Bei genauer Betrachtung der geänderten Rechtslage zeigt sich, dass auch Umsätze aus Hilfsgeschäften einschließlich der Geschäftsveräußerung im Ganzen bei der Einstufung hinsichtlich USt- Kleinunternehmergrenze außer Ansatz bleiben. Der Kaufpreis, welcher im Zuge der Veräußerung einer Arztpraxis für die Ablöse des Patientenstockes (der Patientenkartei) sowie des sonstigen Praxisinventars bezahlt wird, wird daher bei Ermittlung der € 30.000 Grenze nicht berücksichtigt. Die Geschäftsveräußerung im Ganzen kann daher ungeachtet der Höhe des erzielten Kaufpreises unter die Umsatzsteuer-Kleinunternehmerbefreiung fallen. Allerdings ist zu beachten, dass die Voraussetzungen für die Umsatzsteuer- Kleinunternehmerregelung im Übrigen vorliegen müssen.

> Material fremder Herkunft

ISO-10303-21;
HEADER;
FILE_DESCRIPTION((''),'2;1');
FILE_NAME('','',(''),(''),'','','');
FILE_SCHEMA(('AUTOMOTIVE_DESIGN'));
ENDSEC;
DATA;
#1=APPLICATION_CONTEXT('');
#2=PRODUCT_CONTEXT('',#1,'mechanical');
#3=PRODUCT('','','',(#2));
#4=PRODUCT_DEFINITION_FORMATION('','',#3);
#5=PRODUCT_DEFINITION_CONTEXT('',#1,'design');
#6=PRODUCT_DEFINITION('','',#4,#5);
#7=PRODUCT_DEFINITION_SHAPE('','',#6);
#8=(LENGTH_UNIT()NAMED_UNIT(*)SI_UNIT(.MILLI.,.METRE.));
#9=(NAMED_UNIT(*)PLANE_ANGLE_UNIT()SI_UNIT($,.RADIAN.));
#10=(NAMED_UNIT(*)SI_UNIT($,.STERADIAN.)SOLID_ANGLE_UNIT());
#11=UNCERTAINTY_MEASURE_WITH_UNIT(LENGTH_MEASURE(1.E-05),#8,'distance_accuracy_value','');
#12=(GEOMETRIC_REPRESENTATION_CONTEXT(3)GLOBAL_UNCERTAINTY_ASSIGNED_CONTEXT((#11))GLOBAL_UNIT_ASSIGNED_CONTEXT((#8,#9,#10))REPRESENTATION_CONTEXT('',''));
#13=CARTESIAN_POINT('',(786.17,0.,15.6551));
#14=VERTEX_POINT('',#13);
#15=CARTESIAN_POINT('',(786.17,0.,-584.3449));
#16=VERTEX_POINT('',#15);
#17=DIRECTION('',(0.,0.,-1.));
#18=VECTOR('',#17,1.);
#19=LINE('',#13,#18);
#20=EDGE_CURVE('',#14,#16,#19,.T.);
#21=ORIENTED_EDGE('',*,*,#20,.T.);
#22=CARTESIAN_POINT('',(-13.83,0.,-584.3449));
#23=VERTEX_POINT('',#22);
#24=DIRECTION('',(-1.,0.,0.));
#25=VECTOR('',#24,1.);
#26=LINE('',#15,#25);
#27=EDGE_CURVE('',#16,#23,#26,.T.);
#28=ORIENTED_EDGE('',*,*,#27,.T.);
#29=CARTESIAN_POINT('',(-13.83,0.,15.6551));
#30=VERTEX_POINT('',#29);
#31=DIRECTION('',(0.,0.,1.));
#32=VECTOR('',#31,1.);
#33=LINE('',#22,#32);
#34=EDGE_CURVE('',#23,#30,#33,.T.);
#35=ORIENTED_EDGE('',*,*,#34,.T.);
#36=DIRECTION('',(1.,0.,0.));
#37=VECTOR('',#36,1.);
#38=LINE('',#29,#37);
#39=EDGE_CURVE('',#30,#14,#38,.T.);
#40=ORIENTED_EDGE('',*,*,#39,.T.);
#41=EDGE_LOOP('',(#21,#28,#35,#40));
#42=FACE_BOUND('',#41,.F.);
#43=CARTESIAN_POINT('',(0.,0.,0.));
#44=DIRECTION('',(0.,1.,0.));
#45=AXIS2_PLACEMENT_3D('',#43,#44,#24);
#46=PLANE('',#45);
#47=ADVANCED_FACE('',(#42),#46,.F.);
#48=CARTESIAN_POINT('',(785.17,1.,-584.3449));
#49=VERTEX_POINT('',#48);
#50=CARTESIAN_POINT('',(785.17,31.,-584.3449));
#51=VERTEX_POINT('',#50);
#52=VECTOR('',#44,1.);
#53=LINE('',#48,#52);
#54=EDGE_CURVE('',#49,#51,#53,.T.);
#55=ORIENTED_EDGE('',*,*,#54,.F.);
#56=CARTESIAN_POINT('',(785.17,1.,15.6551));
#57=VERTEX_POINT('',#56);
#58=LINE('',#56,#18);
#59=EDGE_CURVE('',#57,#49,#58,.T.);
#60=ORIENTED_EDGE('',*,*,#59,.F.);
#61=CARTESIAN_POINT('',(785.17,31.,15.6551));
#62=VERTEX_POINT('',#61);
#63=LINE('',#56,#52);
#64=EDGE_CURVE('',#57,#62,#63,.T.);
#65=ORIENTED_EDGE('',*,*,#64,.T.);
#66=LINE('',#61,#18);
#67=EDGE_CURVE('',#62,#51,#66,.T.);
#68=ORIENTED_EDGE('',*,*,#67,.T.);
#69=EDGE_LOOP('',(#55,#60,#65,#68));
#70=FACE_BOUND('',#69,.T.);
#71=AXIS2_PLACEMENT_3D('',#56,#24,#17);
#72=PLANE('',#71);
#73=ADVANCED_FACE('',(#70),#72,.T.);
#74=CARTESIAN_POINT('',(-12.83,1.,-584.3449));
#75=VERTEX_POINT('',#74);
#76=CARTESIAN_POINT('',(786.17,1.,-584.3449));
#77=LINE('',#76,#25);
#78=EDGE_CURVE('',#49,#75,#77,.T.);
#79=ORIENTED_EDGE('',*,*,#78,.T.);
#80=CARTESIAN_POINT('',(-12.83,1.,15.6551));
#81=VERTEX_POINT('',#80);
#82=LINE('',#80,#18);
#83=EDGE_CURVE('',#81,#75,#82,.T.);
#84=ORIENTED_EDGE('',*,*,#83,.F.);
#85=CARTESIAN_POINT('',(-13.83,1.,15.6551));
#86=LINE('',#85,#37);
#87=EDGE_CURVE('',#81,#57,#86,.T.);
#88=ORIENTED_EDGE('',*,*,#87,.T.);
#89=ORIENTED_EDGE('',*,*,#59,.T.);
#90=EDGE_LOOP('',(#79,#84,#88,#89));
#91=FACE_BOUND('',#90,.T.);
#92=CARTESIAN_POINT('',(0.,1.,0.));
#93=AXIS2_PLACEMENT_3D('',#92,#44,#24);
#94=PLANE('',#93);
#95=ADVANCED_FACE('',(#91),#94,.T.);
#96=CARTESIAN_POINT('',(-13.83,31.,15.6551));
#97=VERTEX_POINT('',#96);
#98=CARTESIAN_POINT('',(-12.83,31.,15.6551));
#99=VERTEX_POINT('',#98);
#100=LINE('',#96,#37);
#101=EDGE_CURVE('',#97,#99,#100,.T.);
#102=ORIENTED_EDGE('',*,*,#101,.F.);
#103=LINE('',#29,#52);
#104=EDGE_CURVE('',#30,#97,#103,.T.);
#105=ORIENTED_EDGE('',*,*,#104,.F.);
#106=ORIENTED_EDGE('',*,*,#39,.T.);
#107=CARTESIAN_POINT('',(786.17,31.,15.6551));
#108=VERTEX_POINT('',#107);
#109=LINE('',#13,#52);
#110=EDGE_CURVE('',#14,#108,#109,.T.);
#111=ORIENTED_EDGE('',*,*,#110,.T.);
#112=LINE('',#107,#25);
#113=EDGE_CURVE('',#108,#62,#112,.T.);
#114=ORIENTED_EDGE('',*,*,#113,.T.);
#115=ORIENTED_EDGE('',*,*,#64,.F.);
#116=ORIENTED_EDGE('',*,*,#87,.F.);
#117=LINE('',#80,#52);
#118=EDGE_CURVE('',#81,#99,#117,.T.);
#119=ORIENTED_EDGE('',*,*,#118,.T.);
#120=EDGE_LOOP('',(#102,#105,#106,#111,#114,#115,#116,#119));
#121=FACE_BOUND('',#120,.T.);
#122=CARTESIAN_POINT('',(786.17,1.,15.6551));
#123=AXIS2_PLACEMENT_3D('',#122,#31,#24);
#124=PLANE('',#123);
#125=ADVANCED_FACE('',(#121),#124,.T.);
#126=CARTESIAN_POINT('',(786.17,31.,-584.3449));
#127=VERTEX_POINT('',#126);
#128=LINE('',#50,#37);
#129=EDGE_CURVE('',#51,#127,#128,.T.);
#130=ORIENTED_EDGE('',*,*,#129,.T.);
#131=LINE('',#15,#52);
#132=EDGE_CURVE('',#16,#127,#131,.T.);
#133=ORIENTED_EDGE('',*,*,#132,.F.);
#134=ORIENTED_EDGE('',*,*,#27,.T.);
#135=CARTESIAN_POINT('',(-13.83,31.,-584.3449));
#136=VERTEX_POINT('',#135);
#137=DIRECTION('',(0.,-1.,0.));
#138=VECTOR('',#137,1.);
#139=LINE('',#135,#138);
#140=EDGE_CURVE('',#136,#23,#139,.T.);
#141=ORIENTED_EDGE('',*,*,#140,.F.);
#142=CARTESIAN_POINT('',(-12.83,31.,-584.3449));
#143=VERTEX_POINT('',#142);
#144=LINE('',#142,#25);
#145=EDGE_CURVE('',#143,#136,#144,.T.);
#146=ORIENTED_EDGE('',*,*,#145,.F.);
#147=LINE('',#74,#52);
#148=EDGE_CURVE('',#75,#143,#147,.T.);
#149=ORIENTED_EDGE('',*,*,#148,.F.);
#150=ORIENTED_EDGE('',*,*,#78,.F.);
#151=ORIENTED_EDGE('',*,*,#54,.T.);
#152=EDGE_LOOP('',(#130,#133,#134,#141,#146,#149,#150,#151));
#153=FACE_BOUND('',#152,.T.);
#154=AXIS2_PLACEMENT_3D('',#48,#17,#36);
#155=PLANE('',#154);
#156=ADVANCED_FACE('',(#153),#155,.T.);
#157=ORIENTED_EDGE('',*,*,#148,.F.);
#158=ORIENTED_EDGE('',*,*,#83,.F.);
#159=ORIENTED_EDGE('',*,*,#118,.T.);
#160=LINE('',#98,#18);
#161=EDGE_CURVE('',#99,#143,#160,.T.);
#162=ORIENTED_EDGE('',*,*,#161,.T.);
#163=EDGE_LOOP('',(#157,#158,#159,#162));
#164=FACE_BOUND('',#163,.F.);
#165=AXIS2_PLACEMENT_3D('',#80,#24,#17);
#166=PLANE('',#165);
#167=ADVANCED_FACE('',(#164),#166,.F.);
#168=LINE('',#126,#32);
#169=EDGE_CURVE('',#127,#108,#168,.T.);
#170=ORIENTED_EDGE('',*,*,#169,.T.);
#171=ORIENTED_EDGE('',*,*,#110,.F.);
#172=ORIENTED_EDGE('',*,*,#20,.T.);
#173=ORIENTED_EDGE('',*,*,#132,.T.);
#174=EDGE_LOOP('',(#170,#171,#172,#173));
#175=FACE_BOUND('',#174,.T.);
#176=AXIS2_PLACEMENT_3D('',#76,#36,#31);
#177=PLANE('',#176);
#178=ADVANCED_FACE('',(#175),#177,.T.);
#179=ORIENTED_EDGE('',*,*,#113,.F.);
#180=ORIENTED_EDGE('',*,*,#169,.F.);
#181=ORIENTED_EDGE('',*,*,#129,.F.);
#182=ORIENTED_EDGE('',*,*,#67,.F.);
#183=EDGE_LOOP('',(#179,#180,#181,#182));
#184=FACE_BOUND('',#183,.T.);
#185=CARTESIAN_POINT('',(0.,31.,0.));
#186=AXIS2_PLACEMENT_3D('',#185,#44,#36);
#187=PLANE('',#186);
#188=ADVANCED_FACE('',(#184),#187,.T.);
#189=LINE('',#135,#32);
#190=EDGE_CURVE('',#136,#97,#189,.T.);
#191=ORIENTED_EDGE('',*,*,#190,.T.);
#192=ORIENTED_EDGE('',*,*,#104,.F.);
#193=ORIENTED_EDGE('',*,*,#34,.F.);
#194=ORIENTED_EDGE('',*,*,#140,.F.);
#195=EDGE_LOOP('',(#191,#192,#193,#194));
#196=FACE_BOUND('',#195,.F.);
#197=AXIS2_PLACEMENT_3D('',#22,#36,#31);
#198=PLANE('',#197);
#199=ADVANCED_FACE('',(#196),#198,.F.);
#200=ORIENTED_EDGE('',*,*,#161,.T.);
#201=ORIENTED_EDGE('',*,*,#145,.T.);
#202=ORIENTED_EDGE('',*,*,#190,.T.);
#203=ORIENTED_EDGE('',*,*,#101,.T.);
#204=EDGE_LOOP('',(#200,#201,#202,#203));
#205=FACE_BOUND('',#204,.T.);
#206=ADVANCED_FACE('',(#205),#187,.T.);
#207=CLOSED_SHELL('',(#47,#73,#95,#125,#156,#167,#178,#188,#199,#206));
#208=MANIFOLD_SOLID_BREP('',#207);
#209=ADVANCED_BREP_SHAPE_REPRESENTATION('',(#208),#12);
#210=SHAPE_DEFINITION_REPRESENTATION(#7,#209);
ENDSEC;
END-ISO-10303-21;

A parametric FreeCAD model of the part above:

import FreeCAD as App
import Part
import Sketcher
from FreeCAD import Vector

doc = App.newDocument("Part")
body = doc.addObject("PartDesign::Body", "Body")

sketch1 = body.newObject("Sketcher::SketchObject", "Sketch")
sketch1.AttachmentSupport = (doc.getObject("XZ_Plane"), [""])
sketch1.MapMode = "FlatFace"
sketch1.addGeometry([
    Part.LineSegment(Vector(-14, -584, 0), Vector(-14, 16, 0)),
    Part.LineSegment(Vector(-14, 16, 0), Vector(786, 16, 0)),
    Part.LineSegment(Vector(786, 16, 0), Vector(786, -584, 0)),
    Part.LineSegment(Vector(786, -584, 0), Vector(-14, -584, 0)),
], False)
sketch1.addConstraint([
    Sketcher.Constraint("Coincident", 0, 2, 1, 1),
    Sketcher.Constraint("Coincident", 1, 2, 2, 1),
    Sketcher.Constraint("Coincident", 2, 2, 3, 1),
    Sketcher.Constraint("Coincident", 3, 2, 0, 1),
    Sketcher.Constraint("Vertical", 0),
    Sketcher.Constraint("Horizontal", 1),
    Sketcher.Constraint("Vertical", 2),
    Sketcher.Constraint("Horizontal", 3),
    Sketcher.Constraint("DistanceX", 1, 1, 1, 2, 800.0),
    Sketcher.Constraint("DistanceY", 0, 1, 0, 2, 600.0),
    Sketcher.Constraint("DistanceX", 0, 2, -1, 1, 13.83),
    Sketcher.Constraint("DistanceY", -1, 1, 0, 2, 15.655),
])
pad1 = body.newObject("PartDesign::Pad", "Pad")
pad1.Profile = sketch1
pad1.Length = 1
pad1.Reversed = True

sketch2 = body.newObject("Sketcher::SketchObject", "Sketch001")
sketch2.AttachmentSupport = (doc.getObject("XZ_Plane"), [""])
sketch2.MapMode = "FlatFace"
sketch2.AttachmentOffset = App.Placement(Vector(0, 0, -1), App.Rotation())
sketch2.addGeometry([
    Part.LineSegment(Vector(-12.8, -584.3, 0), Vector(-13.8, -584.3, 0)),
    Part.LineSegment(Vector(-13.8, -584.3, 0), Vector(-13.8, 15.7, 0)),
    Part.LineSegment(Vector(-13.8, 15.7, 0), Vector(-12.8, 15.7, 0)),
    Part.LineSegment(Vector(-12.8, 15.7, 0), Vector(-12.8, -584.3, 0)),
], False)
sketch2.addConstraint([
    Sketcher.Constraint("Coincident", 0, 2, 1, 1),
    Sketcher.Constraint("Coincident", 1, 2, 2, 1),
    Sketcher.Constraint("Coincident", 2, 2, 3, 1),
    Sketcher.Constraint("Coincident", 3, 2, 0, 1),
    Sketcher.Constraint("Horizontal", 0),
    Sketcher.Constraint("Vertical", 1),
    Sketcher.Constraint("Horizontal", 2),
    Sketcher.Constraint("Vertical", 3),
    Sketcher.Constraint("DistanceX", 0, 2, 0, 1, 1.0),
    Sketcher.Constraint("DistanceY", 1, 1, 1, 2, 600.0),
    Sketcher.Constraint("DistanceX", 0, 2, -1, 1, 13.83),
    Sketcher.Constraint("DistanceY", 0, 2, -1, 1, 584.345),
])
pad2 = body.newObject("PartDesign::Pad", "Pad001")
pad2.Profile = sketch2
pad2.Length = 30
pad2.Reversed = True

sketch3 = body.newObject("Sketcher::SketchObject", "Sketch002")
sketch3.AttachmentSupport = (doc.getObject("XZ_Plane"), [""])
sketch3.MapMode = "FlatFace"
sketch3.AttachmentOffset = App.Placement(Vector(0, 0, -1), App.Rotation())
sketch3.addGeometry([
    Part.LineSegment(Vector(785.2, 15.7, 0), Vector(786.2, 15.7, 0)),
    Part.LineSegment(Vector(786.2, 15.7, 0), Vector(786.2, -584.3, 0)),
    Part.LineSegment(Vector(786.2, -584.3, 0), Vector(785.2, -584.3, 0)),
    Part.LineSegment(Vector(785.2, -584.3, 0), Vector(785.2, 15.7, 0)),
], False)
sketch3.addConstraint([
    Sketcher.Constraint("Coincident", 0, 2, 1, 1),
    Sketcher.Constraint("Coincident", 1, 2, 2, 1),
    Sketcher.Constraint("Coincident", 2, 2, 3, 1),
    Sketcher.Constraint("Coincident", 3, 2, 0, 1),
    Sketcher.Constraint("Horizontal", 0),
    Sketcher.Constraint("Vertical", 1),
    Sketcher.Constraint("Horizontal", 2),
    Sketcher.Constraint("Vertical", 3),
    Sketcher.Constraint("DistanceX", 0, 1, 0, 2, 1.0),
    Sketcher.Constraint("DistanceY", 1, 2, 1, 1, 600.0),
    Sketcher.Constraint("DistanceX", -1, 1, 0, 2, 786.17),
    Sketcher.Constraint("DistanceY", -1, 1, 0, 2, 15.655),
])
pad3 = body.newObject("PartDesign::Pad", "Pad002")
pad3.Profile = sketch3
pad3.Length = 30
pad3.Reversed = True

doc.recompute()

Beispiel: Ein Arzt erzielt von Jänner bis September 2017 in der Ordination Honorarumsätze aus ärztlicher Heilbehandlung von € 200.000 und veräußert die Praxis samt Patientenkartei mit Stichtag 30. September 2017 an einen Kollegen um einen Kaufpreis von € 70.000. Umsätze aus anderweitigen Aktivitäten liegen nicht vor. Ergebnis: Der für die Ordinationsveräußerung erzielte Kaufpreis fällt aufgrund der neuen Rechtslage ab 2017 jedenfalls unter die Umsatzsteuer-Kleinunternehmerbefreiung, da er bei Ermittlung der € 30.000 Grenze nicht zu berücksichtigen ist.